Overnight (at least in Australia) GitLab had a little problem:
At the time of writing this, it looks like GitLab has lost about 6 hours of data that it will never see again, that’s affected a bit over 5000 projects.
In that document it looks like they were doing some maintenance which triggered a replication problem. While trying to fix the replication problem they’ve accidentally run a delete on the primary server instead of the secondary…oops. This post is not about having a go at the people at GitLab, I’m sure they are far smarter than I am, and I’m sure that I could make the exact same mistake (I’ve run queries on Production instead of Test before).
What I do want to comment on is 3 things that we all need to remember:
- Replication doesn’t remove the need for backups! Just because you have your data on a secondary server, it doesn’t help you if you delete the data. If someone runs a truncate statements, that’s going to be replicated!

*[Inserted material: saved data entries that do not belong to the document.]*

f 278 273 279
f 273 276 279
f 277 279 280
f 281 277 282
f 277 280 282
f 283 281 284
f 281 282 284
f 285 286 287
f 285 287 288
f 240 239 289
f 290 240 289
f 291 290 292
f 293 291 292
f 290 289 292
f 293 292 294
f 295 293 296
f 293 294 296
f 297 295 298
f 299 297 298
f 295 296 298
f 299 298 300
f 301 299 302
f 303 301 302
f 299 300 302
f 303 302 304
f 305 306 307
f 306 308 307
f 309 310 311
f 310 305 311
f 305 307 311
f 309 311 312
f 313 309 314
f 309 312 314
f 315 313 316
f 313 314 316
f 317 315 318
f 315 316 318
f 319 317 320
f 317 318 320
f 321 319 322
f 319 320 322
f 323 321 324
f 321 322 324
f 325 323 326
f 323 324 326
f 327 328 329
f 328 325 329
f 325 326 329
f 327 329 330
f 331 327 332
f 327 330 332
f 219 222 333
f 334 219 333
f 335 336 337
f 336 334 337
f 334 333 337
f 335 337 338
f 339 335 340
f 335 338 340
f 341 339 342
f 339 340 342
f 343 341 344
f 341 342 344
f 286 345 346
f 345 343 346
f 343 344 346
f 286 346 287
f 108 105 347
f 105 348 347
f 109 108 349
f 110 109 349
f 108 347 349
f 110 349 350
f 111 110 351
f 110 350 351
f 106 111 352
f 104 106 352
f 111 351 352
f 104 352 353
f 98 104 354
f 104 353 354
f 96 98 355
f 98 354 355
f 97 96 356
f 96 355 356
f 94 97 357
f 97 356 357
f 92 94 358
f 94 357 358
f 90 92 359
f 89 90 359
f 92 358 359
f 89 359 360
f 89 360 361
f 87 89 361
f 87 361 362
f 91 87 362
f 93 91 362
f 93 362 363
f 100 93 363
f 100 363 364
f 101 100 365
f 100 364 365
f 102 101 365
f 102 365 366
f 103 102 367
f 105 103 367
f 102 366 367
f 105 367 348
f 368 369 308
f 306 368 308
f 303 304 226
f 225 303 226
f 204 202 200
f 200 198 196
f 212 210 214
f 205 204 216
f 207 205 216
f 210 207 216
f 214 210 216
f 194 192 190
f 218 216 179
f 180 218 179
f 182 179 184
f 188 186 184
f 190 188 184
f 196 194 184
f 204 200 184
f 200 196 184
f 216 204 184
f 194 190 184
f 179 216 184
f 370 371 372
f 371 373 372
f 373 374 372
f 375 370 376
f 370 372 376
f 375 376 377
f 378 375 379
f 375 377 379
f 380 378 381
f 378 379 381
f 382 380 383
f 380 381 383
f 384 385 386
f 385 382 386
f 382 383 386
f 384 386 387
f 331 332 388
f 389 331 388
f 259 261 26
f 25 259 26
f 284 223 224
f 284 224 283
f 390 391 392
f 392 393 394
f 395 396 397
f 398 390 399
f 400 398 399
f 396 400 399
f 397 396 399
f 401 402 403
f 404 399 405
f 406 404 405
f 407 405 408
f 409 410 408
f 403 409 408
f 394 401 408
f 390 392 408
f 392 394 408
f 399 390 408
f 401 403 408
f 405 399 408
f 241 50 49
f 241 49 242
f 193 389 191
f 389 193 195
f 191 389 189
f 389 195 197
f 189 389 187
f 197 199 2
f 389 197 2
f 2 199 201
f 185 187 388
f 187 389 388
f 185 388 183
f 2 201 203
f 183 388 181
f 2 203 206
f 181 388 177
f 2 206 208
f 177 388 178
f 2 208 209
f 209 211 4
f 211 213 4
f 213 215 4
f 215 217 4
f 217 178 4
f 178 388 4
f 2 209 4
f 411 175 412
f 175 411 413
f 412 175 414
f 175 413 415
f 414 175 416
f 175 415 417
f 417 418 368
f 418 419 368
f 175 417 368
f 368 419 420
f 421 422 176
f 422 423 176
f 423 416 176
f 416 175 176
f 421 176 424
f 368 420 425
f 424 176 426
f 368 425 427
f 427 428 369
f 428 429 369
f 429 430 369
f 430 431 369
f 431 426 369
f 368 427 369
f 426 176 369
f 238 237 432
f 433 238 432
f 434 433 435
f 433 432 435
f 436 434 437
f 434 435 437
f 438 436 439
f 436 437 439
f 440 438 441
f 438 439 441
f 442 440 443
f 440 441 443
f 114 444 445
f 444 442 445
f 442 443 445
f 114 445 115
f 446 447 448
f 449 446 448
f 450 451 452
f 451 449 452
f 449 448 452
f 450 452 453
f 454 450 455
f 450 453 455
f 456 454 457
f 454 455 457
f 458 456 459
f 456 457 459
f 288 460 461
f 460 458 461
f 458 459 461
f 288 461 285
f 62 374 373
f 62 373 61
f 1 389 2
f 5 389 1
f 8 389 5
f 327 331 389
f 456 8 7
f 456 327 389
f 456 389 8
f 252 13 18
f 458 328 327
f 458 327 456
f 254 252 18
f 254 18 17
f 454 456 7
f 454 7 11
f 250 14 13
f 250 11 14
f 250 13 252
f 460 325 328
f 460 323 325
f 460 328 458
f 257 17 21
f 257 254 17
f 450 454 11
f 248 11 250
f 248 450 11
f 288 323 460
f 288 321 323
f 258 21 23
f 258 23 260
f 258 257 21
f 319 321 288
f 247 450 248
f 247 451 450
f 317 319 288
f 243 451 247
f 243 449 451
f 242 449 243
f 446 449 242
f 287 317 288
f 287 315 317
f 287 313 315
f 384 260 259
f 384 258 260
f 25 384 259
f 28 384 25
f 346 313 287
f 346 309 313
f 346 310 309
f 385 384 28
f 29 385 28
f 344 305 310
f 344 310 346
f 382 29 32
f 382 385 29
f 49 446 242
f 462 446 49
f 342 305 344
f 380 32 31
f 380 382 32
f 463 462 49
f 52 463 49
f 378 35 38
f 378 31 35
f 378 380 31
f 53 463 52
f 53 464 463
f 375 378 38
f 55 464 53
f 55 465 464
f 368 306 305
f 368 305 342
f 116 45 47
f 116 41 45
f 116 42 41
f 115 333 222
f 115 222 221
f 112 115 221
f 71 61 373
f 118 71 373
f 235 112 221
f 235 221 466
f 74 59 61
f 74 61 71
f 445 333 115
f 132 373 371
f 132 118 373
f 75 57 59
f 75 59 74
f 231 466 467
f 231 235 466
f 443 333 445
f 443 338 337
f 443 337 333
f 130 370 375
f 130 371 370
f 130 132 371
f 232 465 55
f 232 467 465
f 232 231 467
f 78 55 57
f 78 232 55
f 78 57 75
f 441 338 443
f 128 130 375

- Know your RPO (recovery point objective). For this incident, GitLab has a real RPO of 6 hours. How much data can you afford to lose? Do your key business stake holders know your RPO and have they agreed to it? Can you lose 1 minute, 1 hour, 6 hours or more data? Are you maintaining your RPO during maintenance windows?
- Assuming you have your backups running at the right interval, are you confident you can restore them? The only way to know for sure that a database can be restored is to restore it. At my current workplace our RPO is flexible enough that we rely on differential backups to achieve it. Every differential backup is restored to a test server and has CheckDB run on it to confirm it’s a good restore.
What lessons did you learn from the GitLabs outage?